New York 3, Boston 2: When Winning Means Little

New York Islander Fan Central | 3/03/2012 06:17:00 PM |
New York 3, Boston 2.

This should be the usual time to write any win is a good one, credit Nabokov's strong play which deserves praise, and write about the positives.

Having written this, I did not see a lot of positives.

Exclude the newest players like Cizikas, Ullstrom, from any of this.

I'm hardly thrilled with stealing points, watching the Isles largely out-hit (stats aside) or out-skated, where the other team puts on the pressure, forces them to play the other clubs game, then hang on.

Boston designed a set-play on their second goal, it looked too easy as MacDonald could not get back.

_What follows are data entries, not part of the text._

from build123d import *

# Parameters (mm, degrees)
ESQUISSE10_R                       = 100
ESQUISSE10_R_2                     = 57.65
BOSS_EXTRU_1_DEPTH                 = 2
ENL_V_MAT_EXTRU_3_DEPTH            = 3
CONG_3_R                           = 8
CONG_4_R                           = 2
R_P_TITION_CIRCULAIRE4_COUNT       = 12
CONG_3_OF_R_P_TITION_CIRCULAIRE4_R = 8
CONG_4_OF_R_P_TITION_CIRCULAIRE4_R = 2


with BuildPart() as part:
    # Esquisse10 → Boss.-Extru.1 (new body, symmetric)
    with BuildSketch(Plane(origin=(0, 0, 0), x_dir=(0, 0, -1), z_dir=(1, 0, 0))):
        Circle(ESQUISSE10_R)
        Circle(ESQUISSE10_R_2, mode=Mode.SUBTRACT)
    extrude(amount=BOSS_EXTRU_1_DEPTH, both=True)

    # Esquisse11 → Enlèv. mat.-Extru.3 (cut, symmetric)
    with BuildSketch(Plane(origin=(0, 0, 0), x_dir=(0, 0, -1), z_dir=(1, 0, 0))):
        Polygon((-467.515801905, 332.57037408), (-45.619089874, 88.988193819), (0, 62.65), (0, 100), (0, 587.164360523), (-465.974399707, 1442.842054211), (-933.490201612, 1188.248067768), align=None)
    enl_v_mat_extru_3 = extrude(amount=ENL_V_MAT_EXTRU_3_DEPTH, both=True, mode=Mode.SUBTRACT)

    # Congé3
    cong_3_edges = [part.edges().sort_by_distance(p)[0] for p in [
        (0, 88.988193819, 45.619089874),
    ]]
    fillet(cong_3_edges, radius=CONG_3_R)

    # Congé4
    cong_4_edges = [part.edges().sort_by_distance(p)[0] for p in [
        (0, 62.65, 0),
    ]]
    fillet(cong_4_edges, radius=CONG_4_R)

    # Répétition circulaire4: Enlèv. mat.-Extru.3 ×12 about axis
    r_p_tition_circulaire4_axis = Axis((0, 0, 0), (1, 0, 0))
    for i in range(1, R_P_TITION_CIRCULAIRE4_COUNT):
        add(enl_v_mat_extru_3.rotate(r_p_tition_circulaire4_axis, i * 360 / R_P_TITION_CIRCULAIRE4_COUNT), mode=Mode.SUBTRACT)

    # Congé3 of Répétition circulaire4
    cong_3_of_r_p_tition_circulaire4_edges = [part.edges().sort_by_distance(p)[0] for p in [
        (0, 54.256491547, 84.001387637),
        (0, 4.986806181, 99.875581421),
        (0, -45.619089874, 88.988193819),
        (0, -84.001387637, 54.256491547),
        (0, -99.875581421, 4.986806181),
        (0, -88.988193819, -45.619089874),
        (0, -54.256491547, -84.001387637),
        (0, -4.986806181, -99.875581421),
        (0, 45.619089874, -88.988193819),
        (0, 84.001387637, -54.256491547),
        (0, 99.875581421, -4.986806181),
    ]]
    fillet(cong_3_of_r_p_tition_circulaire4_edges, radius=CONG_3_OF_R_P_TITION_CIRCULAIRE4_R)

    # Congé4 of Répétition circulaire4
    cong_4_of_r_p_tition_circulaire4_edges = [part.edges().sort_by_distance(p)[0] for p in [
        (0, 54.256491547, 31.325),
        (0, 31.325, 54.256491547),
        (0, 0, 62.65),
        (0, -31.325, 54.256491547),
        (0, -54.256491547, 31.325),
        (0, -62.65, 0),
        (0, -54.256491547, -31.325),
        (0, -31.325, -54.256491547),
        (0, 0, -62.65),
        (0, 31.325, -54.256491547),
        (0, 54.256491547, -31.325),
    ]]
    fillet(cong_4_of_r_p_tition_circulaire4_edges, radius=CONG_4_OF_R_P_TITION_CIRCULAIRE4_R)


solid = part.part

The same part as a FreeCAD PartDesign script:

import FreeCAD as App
import Part
import Sketcher
Q = App.Units.Quantity


def edges_at(feature, points):
    """Names of the edges that pass closest to the given points."""
    edges = feature.Shape.Edges
    near = lambda p: min(range(len(edges)), key=lambda i: edges[i].distToShape(Part.Vertex(*p))[0])
    return sorted({f"Edge{near(p) + 1}" for p in points})


def add_polygon(sketch, points):
    """Adds a closed chain of lines whose ends are joined by coincident constraints."""
    first, n = sketch.GeometryCount, len(points)
    for a, b in zip(points, points[1:] + points[:1]):
        sketch.addGeometry(Part.LineSegment(App.Vector(*a, 0), App.Vector(*b, 0)), False)
    for i in range(n):
        sketch.addConstraint(Sketcher.Constraint("Coincident", first + i, 2, first + (i + 1) % n, 1))

doc = App.newDocument("Part")
body = doc.addObject("PartDesign::Body", "Body")

# Sketch on YZ plane
sketch1 = body.newObject("Sketcher::SketchObject", "Sketch")
sketch1.AttachmentSupport = (doc.getObject("YZ_Plane"), [""])
sketch1.MapMode = "FlatFace"
sketch1.addGeometry([
    Part.Circle(App.Vector(0, 0, 0), App.Vector(0, 0, 1), 100),
    Part.Circle(App.Vector(0, 0, 0), App.Vector(0, 0, 1), 58),
], False)
sketch1.addConstraint([
    Sketcher.Constraint("Coincident", 0, 3, -1, 1),
    Sketcher.Constraint("Coincident", 1, 3, -1, 1),
    Sketcher.Constraint("Diameter", 0, 200.0),
    Sketcher.Constraint("Diameter", 1, 115.3),
])
pad1 = body.newObject("PartDesign::Pad", "Pad")
pad1.Profile = sketch1
pad1.Length = 4
pad1.Midplane = True

# Sketch on YZ plane
sketch2 = body.newObject("Sketcher::SketchObject", "Sketch001")
sketch2.AttachmentSupport = (doc.getObject("YZ_Plane"), [""])
sketch2.MapMode = "FlatFace"
add_polygon(sketch2, [(333, 468), (89, 46), (63, 0), (587, 0), (1443, 466), (1188, 933)])  # lines 0-5
sketch2.addConstraint([
    Sketcher.Constraint("Horizontal", 2),
    Sketcher.Constraint("PointOnObject", 1, 2, -1),
    Sketcher.Constraint("Parallel", 0, 1),
    Sketcher.Constraint("Perpendicular", 3, 4),
    Sketcher.Constraint("Perpendicular", 4, 5),
    Sketcher.Constraint("Equal", 3, 5),
    Sketcher.Constraint("Angle", 0, Q("-120 deg")),
    Sketcher.Constraint("DistanceX", -1, 1, 1, 2, 62.65),
    Sketcher.Constraint("DistanceX", 2, 1, 2, 2, 524.514361),
    Sketcher.Constraint("DistanceY", -1, 1, 3, 2, 465.9744),
    Sketcher.Constraint("DistanceY", -1, 1, 4, 2, 933.490202),
    Sketcher.Constraint("Distance", 0, 487.164361),
])
pocket1 = body.newObject("PartDesign::Pocket", "Pocket")
pocket1.Profile = sketch2
pocket1.Length = 6
pocket1.Midplane = True
doc.recompute()

fillet = body.newObject("PartDesign::Fillet", "Fillet")
fillet.Base = (pocket1, edges_at(pocket1, [(0, 88.988, 45.619)]))
fillet.Radius = 8
doc.recompute()

fillet2 = body.newObject("PartDesign::Fillet", "Fillet001")
fillet2.Base = (fillet, edges_at(fillet, [(0, 62.65, 0)]))
fillet2.Radius = 2
doc.recompute()

polarpattern = body.newObject("PartDesign::PolarPattern", "PolarPattern")
polarpattern.Originals = [pocket1]
polarpattern.Axis = (doc.getObject("X_Axis"), [""])
polarpattern.Angle = 360
polarpattern.Occurrences = 12
body.Tip = polarpattern
doc.recompute()

fillet3 = body.newObject("PartDesign::Fillet", "Fillet002")
fillet3.Base = (polarpattern, edges_at(polarpattern, [
    (0, 54.256, 84.001),
    (0, 4.987, 99.876),
    (0, -45.619, 88.988),
    (0, -84.001, 54.256),
    (0, -99.876, 4.987),
    (0, -88.988, -45.619),
    (0, -54.256, -84.001),
    (0, -4.987, -99.876),
    (0, 45.619, -88.988),
    (0, 84.001, -54.256),
    (0, 99.876, -4.987),
]))
fillet3.Radius = 8
doc.recompute()

fillet4 = body.newObject("PartDesign::Fillet", "Fillet003")
fillet4.Base = (fillet3, edges_at(fillet3, [
    (0, 54.256, 31.325),
    (0, 31.325, 54.256),
    (0, 0, 62.65),
    (0, -31.325, 54.256),
    (0, -54.256, 31.325),
    (0, -62.65, 0),
    (0, -54.256, -31.325),
    (0, -31.325, -54.256),
    (0, 0, -62.65),
    (0, 31.325, -54.256),
    (0, 54.256, -31.325),
]))
fillet4.Radius = 2

doc.recompute()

This is not building anything, it's not progress.

It's not the team a year ago that was very hard to play against in the second half, which forced the other team to skate, producing goals.

The most notable thing I saw against Boston was Jack Capuano grab for the clip-board twice during the time-outs, because usually the assistant coaches do that.

Still Boston scrambling, hardly playing great, almost tied it except for Nabokov robbing Lucic. Is that supposed to be a positive?  

Eighty Two Games:
x games a team will play well.
x games a team will play poorly.
x games will be decided by luck/breaks/officiating.
x games will be won/lost by goaltending.
x games the fatigue factor is justified. 

Then there are the many games that make or break a team/season, who wants it more?

I see a New York Islander team too small, slow, taking big hits, where the other club turns up the pressure (Philadelphia/Washington/Ottawa) today against Boston, and this club simply fades.

You see so many plays during a game where the Isles are outnumbered by the other team on the boards or in transition. 

The Isles went into this trip against two tired teams all set up to win, they opened the scoring in three of those games, lost two in regulation, one in overtime before going into Boston because those clubs simply wanted it more and had many more players capable of raising their play with the game on the line.  

Tavares made a brilliant play to tip in a shot that won the game on what was likely a huge break by not calling icing.

MacDonald still has his assist. 

Nielsen had an excellent effort outnumbered before finding Bailey who finished. 

New York 3, Boston 2.

Does winning this way build anything moving forward?